Biography - Summer 2013


My name is Melia Bonomo, and this summer I’ll be returning to the Laser Teaching Center as a mentor for the Simons/LTC Fellows. Last summer I was an REU Fellow and teamed up with Marissa to explore the intriguing properties of non-diffracting Bessel beams. My portion of the project dealt with creating Bessel beams using a 4-f spatial filtering method. Both during and after the REU program, I was fortunate enough to have several opportunities to give oral presentations on this research.
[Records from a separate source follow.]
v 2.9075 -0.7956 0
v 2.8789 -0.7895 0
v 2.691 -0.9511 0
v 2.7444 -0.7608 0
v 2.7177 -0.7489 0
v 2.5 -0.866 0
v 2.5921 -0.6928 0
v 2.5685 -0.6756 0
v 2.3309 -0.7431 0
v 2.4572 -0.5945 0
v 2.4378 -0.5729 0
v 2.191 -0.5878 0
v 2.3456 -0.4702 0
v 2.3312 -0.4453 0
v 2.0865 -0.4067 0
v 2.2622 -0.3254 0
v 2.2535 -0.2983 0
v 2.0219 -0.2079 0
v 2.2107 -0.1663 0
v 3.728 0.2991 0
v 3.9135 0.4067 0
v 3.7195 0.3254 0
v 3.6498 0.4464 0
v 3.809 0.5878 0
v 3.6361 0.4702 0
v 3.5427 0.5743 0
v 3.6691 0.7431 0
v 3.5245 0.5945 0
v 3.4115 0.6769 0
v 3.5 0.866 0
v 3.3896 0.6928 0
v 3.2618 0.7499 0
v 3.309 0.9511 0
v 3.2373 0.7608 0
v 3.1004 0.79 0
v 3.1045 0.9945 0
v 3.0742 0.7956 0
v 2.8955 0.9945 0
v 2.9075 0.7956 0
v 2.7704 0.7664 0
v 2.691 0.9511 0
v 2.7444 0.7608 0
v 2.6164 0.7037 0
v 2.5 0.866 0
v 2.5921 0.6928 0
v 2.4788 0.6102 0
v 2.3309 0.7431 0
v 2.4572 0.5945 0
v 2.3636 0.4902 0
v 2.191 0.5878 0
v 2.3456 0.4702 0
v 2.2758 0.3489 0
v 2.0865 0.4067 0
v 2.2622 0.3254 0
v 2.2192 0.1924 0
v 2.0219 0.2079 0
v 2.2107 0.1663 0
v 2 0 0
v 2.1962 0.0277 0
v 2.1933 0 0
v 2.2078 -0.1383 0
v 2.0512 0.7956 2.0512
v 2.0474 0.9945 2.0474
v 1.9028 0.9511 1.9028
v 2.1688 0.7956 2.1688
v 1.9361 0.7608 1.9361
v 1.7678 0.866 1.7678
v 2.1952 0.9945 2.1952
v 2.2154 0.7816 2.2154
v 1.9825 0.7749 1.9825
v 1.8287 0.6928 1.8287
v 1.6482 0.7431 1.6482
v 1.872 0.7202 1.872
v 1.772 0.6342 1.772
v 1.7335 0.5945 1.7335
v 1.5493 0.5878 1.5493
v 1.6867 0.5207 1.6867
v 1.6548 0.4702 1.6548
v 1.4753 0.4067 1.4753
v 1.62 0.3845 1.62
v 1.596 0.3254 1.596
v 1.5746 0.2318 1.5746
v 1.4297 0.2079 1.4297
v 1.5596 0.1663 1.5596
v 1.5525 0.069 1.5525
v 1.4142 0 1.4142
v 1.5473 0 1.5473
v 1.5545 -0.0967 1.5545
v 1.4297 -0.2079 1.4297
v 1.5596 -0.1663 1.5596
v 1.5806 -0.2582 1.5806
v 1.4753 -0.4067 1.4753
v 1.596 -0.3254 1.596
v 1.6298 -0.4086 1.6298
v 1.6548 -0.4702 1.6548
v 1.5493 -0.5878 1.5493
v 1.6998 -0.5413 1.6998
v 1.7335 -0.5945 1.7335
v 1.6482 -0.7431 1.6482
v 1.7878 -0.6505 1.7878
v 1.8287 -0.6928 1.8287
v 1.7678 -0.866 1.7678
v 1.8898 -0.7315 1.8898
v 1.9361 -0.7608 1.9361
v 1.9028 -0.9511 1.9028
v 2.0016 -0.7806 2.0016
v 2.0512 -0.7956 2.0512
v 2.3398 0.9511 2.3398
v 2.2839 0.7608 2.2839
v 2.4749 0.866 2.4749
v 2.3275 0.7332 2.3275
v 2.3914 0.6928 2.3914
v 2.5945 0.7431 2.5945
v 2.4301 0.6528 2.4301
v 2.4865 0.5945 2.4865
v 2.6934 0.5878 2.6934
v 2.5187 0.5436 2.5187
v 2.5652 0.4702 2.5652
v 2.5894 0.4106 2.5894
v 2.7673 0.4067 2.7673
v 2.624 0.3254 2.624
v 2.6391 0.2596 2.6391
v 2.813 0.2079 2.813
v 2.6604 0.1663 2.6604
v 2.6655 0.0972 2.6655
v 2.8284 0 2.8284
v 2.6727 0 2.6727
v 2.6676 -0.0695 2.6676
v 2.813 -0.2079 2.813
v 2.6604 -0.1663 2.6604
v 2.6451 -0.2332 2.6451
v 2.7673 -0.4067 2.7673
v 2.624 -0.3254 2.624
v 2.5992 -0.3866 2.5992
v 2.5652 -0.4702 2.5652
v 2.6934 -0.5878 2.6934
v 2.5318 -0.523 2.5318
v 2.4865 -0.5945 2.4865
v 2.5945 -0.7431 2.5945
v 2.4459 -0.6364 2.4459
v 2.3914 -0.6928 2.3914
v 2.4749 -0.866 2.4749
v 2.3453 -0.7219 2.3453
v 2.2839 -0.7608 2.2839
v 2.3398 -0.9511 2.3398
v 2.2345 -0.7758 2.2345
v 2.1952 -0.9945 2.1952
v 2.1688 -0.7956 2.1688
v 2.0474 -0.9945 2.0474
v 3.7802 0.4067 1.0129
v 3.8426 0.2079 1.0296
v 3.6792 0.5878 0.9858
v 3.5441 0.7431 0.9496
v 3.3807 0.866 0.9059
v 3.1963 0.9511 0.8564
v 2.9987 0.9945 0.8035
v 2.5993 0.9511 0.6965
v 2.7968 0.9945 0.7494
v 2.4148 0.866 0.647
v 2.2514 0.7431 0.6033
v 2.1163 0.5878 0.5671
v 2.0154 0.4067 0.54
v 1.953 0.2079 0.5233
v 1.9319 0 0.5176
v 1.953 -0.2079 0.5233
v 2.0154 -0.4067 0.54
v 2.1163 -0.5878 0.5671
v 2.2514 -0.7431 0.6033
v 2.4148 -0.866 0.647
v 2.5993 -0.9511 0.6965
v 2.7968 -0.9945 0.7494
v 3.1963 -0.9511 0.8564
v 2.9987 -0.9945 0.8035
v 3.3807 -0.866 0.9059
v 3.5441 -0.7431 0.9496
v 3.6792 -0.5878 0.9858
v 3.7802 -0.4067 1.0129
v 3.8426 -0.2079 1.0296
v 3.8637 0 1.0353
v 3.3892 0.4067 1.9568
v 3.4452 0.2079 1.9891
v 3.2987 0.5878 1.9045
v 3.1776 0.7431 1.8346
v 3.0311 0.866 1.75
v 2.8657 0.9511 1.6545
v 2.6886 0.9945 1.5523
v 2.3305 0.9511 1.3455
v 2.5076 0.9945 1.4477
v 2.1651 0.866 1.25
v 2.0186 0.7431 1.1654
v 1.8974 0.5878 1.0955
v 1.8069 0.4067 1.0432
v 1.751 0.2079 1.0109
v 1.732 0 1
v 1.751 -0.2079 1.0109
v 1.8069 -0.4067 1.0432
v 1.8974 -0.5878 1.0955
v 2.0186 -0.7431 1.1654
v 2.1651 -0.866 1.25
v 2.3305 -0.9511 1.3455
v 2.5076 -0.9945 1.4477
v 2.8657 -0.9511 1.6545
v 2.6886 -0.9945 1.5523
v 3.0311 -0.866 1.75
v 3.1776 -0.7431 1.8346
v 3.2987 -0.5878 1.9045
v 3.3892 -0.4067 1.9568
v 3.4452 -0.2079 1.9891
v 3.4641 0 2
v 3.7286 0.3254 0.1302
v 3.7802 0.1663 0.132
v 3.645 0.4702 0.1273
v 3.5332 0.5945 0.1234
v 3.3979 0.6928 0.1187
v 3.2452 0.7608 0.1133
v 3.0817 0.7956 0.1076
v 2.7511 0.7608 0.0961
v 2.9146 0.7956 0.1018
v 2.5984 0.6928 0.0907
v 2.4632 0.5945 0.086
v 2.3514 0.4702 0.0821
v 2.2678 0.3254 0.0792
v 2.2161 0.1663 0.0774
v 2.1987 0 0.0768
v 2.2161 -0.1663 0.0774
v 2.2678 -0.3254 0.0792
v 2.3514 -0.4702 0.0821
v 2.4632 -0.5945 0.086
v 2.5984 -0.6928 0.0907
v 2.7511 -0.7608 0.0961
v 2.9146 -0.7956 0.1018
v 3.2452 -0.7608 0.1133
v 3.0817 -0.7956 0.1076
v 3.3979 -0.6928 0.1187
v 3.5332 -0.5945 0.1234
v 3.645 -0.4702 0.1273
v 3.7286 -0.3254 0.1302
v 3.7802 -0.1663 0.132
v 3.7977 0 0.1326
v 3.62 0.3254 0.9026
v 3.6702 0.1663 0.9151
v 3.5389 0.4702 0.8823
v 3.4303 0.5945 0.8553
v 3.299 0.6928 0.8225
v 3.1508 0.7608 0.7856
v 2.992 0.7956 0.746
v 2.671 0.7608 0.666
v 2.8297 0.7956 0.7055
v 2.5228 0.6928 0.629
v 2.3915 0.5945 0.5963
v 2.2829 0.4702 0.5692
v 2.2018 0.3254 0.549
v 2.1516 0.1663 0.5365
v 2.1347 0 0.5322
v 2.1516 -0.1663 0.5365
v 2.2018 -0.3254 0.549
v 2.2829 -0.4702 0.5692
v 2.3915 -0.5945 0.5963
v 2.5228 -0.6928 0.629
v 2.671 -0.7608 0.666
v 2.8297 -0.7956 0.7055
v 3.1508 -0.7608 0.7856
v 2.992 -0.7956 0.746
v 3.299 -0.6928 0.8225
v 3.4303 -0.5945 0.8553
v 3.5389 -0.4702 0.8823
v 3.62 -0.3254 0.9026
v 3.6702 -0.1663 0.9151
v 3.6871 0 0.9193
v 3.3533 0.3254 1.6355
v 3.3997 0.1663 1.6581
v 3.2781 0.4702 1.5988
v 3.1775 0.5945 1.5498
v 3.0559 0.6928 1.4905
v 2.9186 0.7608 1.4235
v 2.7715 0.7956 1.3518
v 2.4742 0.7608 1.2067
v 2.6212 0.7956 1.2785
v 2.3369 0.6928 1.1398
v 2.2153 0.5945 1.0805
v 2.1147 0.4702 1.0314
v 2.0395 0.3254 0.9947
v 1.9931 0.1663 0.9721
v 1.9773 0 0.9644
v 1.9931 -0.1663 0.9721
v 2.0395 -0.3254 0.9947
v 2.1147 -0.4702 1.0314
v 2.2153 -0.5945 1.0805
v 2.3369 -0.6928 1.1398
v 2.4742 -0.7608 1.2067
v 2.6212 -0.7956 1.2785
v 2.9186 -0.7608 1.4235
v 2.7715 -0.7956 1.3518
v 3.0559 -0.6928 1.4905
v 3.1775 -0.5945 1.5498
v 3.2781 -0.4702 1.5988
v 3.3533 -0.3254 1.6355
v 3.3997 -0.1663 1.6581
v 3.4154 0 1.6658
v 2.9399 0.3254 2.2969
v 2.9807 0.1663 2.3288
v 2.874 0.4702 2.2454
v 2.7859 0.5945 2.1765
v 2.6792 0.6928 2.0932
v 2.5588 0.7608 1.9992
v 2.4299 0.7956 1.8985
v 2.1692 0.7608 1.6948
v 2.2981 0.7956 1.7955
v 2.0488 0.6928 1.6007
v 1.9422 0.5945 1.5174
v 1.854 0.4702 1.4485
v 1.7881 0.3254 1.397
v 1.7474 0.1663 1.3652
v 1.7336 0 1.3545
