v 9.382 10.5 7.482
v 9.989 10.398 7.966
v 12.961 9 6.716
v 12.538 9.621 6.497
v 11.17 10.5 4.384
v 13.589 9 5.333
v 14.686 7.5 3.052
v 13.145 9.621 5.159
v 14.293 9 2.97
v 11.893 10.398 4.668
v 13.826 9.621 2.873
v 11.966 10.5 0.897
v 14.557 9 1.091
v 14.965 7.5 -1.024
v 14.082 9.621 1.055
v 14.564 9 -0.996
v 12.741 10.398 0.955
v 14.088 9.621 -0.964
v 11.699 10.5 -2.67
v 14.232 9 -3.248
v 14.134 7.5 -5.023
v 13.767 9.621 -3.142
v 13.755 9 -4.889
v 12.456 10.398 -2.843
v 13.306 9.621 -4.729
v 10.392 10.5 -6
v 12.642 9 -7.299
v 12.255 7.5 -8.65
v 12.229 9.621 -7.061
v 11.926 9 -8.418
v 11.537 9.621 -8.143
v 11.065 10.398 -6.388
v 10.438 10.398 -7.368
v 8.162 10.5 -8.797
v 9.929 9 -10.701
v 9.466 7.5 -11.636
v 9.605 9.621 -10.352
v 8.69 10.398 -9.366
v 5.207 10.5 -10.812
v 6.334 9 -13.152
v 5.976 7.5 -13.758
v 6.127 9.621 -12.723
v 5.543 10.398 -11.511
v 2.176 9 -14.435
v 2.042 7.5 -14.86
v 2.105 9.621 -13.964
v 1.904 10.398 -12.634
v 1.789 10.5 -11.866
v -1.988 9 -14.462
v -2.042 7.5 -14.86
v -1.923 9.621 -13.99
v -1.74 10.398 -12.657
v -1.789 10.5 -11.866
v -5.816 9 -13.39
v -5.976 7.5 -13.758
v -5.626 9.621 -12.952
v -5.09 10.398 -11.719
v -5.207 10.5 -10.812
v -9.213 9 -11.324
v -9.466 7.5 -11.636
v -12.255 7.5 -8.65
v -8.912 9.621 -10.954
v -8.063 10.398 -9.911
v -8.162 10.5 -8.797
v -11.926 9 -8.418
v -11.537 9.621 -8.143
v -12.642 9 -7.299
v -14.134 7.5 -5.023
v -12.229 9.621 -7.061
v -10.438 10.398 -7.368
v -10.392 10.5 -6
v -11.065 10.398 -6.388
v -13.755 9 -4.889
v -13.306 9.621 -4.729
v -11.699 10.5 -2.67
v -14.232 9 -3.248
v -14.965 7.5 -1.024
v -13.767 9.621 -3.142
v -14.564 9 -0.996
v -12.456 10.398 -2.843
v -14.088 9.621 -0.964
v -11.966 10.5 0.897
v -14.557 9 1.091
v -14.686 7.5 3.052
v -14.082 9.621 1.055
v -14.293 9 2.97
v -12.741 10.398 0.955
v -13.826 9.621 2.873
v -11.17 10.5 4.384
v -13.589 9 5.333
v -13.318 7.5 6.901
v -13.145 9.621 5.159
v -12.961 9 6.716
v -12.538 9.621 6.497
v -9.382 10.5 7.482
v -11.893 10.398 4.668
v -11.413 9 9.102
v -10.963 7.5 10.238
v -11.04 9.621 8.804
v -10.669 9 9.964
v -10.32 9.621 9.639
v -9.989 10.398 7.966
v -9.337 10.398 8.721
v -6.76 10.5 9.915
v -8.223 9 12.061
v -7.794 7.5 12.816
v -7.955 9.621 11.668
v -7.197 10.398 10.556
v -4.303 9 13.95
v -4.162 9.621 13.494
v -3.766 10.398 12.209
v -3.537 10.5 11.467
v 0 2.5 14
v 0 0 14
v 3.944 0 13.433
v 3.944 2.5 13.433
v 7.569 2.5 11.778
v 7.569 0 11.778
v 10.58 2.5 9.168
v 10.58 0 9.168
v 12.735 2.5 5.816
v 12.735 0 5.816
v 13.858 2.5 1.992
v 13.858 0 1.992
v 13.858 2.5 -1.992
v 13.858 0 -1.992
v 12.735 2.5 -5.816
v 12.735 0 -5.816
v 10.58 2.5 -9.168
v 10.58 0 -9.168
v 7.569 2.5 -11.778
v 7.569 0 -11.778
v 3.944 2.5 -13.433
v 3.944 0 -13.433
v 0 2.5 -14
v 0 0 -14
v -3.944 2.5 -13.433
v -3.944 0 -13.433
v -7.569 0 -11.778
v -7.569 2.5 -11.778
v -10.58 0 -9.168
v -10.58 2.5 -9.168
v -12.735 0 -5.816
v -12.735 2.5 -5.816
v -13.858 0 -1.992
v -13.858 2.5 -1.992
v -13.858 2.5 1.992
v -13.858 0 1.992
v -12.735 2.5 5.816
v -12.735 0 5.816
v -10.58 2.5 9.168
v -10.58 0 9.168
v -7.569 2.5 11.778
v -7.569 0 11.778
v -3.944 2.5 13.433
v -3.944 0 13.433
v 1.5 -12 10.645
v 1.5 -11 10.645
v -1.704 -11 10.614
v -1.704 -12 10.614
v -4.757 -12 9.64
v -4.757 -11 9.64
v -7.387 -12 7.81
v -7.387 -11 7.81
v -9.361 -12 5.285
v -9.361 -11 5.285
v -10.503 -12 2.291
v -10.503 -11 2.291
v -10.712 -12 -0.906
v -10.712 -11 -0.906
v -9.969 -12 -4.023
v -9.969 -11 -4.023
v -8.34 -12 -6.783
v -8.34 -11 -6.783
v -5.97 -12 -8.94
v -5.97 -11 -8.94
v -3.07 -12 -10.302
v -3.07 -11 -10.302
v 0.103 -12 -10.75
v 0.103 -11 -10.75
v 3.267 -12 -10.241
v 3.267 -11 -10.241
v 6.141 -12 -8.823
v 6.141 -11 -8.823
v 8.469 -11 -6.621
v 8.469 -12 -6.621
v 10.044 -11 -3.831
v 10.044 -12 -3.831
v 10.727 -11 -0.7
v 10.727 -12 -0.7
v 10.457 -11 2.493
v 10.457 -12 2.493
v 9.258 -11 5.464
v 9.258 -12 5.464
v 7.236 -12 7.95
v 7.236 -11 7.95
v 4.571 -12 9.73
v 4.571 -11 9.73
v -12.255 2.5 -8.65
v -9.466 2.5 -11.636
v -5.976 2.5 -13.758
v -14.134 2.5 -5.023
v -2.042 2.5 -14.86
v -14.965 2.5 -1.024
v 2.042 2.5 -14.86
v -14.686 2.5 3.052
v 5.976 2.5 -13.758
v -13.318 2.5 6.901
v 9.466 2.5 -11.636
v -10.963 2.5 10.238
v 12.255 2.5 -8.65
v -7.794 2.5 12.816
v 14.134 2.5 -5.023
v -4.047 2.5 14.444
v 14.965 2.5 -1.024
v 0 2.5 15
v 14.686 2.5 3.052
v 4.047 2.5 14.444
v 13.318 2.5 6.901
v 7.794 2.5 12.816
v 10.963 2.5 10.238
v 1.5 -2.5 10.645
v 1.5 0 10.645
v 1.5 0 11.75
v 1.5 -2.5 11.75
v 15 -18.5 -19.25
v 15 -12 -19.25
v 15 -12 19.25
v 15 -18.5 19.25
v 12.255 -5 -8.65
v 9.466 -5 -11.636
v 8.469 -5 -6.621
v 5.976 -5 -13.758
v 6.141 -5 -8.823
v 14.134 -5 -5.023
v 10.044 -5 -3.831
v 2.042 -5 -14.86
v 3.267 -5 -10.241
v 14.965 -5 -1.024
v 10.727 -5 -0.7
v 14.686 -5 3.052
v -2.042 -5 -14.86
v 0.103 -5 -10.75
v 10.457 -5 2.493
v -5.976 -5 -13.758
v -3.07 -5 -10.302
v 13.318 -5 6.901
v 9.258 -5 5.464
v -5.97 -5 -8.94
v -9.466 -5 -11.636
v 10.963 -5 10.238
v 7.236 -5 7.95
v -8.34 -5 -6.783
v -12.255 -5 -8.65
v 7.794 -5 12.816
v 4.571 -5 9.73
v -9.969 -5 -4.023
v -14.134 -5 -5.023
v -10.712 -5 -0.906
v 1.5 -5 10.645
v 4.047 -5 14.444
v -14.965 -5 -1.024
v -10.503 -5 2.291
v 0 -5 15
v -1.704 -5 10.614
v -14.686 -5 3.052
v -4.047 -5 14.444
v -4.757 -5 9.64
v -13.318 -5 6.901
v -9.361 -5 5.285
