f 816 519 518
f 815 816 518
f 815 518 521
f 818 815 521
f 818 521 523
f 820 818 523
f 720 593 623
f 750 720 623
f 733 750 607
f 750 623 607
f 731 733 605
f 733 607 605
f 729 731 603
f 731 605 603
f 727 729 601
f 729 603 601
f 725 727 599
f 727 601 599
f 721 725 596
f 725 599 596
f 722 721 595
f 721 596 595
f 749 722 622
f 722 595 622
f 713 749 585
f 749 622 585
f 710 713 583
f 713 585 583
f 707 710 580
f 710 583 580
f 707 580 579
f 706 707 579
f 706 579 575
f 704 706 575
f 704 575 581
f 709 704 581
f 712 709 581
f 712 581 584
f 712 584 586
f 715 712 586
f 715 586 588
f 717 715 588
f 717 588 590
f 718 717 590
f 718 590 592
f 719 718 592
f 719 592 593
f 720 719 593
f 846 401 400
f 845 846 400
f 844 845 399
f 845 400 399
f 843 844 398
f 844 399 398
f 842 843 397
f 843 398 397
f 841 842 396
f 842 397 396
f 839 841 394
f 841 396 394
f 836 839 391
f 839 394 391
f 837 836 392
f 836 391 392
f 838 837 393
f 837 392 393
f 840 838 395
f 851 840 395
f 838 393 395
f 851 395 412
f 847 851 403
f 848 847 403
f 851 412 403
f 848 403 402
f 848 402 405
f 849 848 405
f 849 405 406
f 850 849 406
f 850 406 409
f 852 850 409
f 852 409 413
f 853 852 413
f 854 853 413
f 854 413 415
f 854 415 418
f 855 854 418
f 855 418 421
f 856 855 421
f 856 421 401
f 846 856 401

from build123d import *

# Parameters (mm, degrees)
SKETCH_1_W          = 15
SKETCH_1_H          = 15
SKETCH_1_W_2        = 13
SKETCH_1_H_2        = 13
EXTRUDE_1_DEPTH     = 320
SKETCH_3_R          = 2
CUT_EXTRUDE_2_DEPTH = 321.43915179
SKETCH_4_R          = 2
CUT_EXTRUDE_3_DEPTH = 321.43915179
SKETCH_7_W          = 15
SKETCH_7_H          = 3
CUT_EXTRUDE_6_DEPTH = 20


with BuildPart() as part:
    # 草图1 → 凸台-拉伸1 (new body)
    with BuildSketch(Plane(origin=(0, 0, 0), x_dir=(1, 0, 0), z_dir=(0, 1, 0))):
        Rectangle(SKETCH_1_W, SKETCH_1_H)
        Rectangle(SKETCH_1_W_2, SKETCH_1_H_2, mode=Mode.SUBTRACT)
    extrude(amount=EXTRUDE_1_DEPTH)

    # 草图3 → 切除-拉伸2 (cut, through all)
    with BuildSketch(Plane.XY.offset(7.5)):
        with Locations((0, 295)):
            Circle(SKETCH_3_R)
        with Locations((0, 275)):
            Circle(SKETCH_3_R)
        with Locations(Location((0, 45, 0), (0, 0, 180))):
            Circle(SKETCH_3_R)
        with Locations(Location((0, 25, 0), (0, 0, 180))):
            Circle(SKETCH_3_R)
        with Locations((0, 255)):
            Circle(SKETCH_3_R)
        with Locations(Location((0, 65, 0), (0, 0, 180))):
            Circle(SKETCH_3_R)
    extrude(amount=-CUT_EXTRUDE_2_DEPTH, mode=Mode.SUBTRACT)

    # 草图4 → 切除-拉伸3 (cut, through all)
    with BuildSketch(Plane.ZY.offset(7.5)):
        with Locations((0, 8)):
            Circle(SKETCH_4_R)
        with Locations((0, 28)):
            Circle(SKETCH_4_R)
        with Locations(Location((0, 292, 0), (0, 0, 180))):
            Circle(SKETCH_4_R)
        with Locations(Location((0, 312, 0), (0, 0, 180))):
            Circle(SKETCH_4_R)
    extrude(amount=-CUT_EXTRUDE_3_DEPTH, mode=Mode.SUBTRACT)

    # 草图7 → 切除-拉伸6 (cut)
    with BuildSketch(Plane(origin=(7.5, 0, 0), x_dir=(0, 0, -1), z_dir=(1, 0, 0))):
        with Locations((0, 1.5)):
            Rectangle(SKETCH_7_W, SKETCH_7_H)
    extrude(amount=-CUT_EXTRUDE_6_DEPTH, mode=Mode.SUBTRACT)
I recently graduated from Dickinson College (Carlisle, PA) magna cum laude with a B.S. in Physics and a minor in Italian. I received departmental honors for my senior research project, Analyzing the singularities of freezing sessile water droplets, and awards for both my major (the Kenneth L. Cashdollar prize in physics) and minor (The Northeast Conference on the Teaching of Foreign Languages award for Italian). Next year I’ll be interning as an English teaching assistant for a liceo scientifico (high school that specializes in science) in Lombardy, Italy. After this, I would like to attend graduate school to obtain at least a masters degree in physics, but quite possibly a doctorate as well. Either way, one career that I’ve considered is secondary school teaching; therefore the opportunities I have to work with high school students this summer in the LTC and during my internship next year will be especially valuable.

While packing for my stay out here on Long Island, I was looking through my old Bessel beam research notes and came across one particularly interesting annotation on a piece of scrap paper:

“Optical instruments can be used without more than a cursory knowledge of how they work, but a physicist should know more than this. He can then fully appreciate their limitations, can find the conditions under which they can be best used and, most important, may find ways of extending their use to problems that cannot be solved by conventional means.”

(Optical Physics, Lipson)

It’s a quote I had copied down while using that textbook last summer and then must have forgotten about, but I think it fits well with the philosophy and goals of the LTC. I’m very excited to be working here again and, furthermore, to be taking on this new mentoring role!